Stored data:
______________________________
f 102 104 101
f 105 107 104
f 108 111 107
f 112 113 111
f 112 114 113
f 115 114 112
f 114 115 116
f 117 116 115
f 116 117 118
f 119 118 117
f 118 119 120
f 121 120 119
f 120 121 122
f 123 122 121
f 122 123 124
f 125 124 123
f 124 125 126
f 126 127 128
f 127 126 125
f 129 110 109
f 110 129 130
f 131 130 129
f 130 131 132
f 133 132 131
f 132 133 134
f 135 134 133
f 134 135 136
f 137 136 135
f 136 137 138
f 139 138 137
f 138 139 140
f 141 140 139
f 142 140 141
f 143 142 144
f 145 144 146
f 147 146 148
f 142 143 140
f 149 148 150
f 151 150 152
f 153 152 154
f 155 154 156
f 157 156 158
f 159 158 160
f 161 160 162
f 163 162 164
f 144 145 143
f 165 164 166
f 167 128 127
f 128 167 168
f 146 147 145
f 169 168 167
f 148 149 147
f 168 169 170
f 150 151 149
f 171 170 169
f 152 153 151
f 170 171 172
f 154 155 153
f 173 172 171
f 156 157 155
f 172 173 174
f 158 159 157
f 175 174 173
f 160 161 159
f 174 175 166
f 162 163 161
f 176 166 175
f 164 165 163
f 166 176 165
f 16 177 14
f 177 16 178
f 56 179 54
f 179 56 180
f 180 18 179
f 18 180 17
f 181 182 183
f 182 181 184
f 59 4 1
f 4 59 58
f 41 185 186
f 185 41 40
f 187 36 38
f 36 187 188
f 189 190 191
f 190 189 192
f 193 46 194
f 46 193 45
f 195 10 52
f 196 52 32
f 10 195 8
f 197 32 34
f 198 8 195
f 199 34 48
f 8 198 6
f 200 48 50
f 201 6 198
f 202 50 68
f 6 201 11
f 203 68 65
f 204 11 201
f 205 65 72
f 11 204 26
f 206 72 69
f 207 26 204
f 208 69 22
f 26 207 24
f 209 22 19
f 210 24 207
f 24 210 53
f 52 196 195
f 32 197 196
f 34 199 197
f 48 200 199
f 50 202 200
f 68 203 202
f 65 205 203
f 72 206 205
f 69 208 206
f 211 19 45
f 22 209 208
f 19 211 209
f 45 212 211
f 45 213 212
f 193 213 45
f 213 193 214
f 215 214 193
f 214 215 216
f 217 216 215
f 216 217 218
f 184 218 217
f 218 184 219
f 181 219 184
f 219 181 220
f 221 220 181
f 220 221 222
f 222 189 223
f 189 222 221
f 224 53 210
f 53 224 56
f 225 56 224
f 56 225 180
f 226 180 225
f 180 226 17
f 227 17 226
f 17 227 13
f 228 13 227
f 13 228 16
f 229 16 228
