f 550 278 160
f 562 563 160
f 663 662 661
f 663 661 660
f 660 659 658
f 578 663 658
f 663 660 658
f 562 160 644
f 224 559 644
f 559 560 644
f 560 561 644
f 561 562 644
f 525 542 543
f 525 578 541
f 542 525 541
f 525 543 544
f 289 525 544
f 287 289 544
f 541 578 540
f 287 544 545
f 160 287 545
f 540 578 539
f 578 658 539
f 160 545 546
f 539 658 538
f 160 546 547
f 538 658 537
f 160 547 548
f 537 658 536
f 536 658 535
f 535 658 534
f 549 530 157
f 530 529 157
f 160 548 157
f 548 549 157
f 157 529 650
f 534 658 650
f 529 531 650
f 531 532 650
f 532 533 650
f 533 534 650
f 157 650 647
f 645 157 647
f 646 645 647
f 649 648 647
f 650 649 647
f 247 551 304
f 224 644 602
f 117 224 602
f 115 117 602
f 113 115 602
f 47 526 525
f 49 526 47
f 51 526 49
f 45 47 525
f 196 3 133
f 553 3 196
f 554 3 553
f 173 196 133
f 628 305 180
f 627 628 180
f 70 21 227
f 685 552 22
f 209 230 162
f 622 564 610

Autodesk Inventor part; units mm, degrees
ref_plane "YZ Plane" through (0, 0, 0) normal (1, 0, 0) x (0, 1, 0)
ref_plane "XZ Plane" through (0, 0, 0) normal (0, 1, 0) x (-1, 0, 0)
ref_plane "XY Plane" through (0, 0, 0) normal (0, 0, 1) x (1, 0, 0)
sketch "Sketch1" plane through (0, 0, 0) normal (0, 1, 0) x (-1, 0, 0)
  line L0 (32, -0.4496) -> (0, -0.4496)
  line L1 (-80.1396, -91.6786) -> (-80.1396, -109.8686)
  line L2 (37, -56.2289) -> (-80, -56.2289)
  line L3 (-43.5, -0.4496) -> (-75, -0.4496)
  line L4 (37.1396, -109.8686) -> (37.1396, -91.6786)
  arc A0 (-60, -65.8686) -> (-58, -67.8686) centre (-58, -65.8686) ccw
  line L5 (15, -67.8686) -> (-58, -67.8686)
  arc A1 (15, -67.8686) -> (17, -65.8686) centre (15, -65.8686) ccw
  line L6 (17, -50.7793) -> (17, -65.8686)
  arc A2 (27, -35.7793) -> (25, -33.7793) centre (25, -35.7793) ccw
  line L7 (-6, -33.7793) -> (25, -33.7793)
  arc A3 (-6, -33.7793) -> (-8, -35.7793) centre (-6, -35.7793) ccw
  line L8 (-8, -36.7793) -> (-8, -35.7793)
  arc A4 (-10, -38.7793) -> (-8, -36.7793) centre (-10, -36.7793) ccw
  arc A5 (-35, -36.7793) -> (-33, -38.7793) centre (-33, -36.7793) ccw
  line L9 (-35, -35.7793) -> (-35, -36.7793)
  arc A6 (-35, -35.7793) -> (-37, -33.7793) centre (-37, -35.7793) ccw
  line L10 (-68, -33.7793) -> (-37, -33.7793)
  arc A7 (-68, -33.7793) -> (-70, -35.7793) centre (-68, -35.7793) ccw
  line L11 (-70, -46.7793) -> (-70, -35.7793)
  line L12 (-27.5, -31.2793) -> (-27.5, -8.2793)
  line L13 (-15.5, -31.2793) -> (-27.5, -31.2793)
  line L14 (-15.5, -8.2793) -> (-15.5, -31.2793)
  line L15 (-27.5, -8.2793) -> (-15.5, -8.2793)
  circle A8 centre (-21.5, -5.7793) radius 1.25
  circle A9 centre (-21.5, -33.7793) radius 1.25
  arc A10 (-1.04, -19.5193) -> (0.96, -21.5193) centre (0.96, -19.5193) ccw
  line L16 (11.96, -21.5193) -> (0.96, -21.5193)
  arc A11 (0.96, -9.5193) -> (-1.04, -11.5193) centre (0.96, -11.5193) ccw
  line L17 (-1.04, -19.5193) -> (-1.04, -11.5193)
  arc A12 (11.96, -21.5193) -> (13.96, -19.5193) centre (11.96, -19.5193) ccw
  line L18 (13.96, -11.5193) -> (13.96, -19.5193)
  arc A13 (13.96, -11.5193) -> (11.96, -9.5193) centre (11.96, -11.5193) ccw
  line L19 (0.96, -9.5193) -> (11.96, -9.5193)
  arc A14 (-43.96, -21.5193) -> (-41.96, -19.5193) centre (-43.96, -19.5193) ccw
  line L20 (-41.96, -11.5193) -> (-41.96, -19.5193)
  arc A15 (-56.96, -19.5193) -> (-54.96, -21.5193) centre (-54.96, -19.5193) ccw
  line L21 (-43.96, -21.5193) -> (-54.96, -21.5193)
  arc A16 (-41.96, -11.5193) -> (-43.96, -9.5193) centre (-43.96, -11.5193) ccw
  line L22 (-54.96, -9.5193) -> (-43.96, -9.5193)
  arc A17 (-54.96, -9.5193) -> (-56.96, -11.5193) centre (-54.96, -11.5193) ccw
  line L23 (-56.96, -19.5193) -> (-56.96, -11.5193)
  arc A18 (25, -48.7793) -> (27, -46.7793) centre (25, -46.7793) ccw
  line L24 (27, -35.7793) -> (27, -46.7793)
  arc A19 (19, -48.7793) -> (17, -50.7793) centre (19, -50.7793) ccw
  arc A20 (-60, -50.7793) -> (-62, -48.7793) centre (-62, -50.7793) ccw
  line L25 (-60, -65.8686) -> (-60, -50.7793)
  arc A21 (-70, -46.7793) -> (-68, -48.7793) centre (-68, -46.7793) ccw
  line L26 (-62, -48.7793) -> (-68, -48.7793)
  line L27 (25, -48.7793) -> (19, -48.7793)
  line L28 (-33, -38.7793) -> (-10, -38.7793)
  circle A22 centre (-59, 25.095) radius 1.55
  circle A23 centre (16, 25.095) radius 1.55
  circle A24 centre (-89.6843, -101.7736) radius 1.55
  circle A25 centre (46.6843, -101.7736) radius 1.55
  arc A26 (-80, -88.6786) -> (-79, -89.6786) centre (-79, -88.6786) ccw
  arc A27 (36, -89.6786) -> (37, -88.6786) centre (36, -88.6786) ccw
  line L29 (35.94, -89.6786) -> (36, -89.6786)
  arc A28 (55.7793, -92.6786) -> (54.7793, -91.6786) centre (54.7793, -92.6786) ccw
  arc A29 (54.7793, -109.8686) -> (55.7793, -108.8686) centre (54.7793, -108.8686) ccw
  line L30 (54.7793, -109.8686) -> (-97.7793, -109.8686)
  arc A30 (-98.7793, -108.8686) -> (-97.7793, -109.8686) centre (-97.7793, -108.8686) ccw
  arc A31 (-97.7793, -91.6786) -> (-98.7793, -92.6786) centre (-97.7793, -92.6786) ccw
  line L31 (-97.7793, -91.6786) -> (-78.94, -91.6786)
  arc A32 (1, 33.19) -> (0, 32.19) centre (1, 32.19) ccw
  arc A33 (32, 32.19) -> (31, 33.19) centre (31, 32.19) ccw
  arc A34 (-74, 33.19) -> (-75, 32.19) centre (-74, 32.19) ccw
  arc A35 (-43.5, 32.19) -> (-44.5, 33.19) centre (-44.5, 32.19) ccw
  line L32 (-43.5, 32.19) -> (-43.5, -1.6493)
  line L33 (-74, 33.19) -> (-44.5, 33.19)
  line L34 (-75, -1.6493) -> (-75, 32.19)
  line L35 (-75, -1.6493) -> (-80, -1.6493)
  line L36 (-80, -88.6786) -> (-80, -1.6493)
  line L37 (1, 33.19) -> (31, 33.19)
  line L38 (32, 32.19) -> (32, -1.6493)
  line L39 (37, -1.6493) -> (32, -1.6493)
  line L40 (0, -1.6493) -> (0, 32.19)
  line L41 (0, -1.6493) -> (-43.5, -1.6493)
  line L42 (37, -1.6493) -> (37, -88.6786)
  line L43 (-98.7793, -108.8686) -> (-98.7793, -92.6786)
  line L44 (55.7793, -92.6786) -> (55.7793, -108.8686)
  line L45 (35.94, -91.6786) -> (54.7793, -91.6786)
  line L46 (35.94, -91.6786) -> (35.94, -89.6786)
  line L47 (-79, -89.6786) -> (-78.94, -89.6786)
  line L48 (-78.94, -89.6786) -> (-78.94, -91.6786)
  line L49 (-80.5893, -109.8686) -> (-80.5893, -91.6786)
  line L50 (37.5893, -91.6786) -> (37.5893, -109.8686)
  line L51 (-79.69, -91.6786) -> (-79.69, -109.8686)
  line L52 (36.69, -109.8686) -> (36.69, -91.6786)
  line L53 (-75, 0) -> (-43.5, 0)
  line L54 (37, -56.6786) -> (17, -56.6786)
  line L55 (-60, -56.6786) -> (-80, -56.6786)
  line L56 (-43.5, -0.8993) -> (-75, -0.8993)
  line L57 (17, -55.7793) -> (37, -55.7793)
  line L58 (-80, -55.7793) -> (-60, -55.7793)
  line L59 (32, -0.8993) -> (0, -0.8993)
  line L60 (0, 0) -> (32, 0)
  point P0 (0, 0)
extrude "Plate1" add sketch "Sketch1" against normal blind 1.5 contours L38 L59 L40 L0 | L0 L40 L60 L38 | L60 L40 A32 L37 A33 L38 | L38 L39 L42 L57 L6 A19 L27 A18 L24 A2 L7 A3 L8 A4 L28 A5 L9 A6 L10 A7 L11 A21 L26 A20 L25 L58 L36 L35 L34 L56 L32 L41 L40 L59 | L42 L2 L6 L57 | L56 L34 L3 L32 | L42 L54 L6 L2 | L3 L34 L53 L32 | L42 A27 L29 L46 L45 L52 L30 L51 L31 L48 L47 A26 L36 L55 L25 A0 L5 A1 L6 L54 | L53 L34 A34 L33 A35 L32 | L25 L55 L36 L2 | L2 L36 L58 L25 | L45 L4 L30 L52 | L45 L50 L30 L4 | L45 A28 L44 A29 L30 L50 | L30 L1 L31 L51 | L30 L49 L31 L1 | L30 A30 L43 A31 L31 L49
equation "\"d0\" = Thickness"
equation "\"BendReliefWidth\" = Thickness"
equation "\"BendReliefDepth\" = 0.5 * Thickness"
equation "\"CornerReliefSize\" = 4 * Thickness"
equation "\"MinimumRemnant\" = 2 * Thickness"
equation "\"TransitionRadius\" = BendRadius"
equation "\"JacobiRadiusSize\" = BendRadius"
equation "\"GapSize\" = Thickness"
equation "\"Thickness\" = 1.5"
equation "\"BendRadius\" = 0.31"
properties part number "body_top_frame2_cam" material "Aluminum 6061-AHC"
______________________________
* **Task instructions**: Starting at the line that contains "line L19 (0.96, -9.5193)" and stopping after the line that contains "line L21 (-43.96, -21.5193)", write out every line exactly as it appears above, and no other line.

* **Result**:
  line L19 (0.96, -9.5193) -> (11.96, -9.5193)
  arc A14 (-43.96, -21.5193) -> (-41.96, -19.5193) centre (-43.96, -19.5193) ccw
  line L20 (-41.96, -11.5193) -> (-41.96, -19.5193)
  arc A15 (-56.96, -19.5193) -> (-54.96, -21.5193) centre (-54.96, -19.5193) ccw
  line L21 (-43.96, -21.5193) -> (-54.96, -21.5193)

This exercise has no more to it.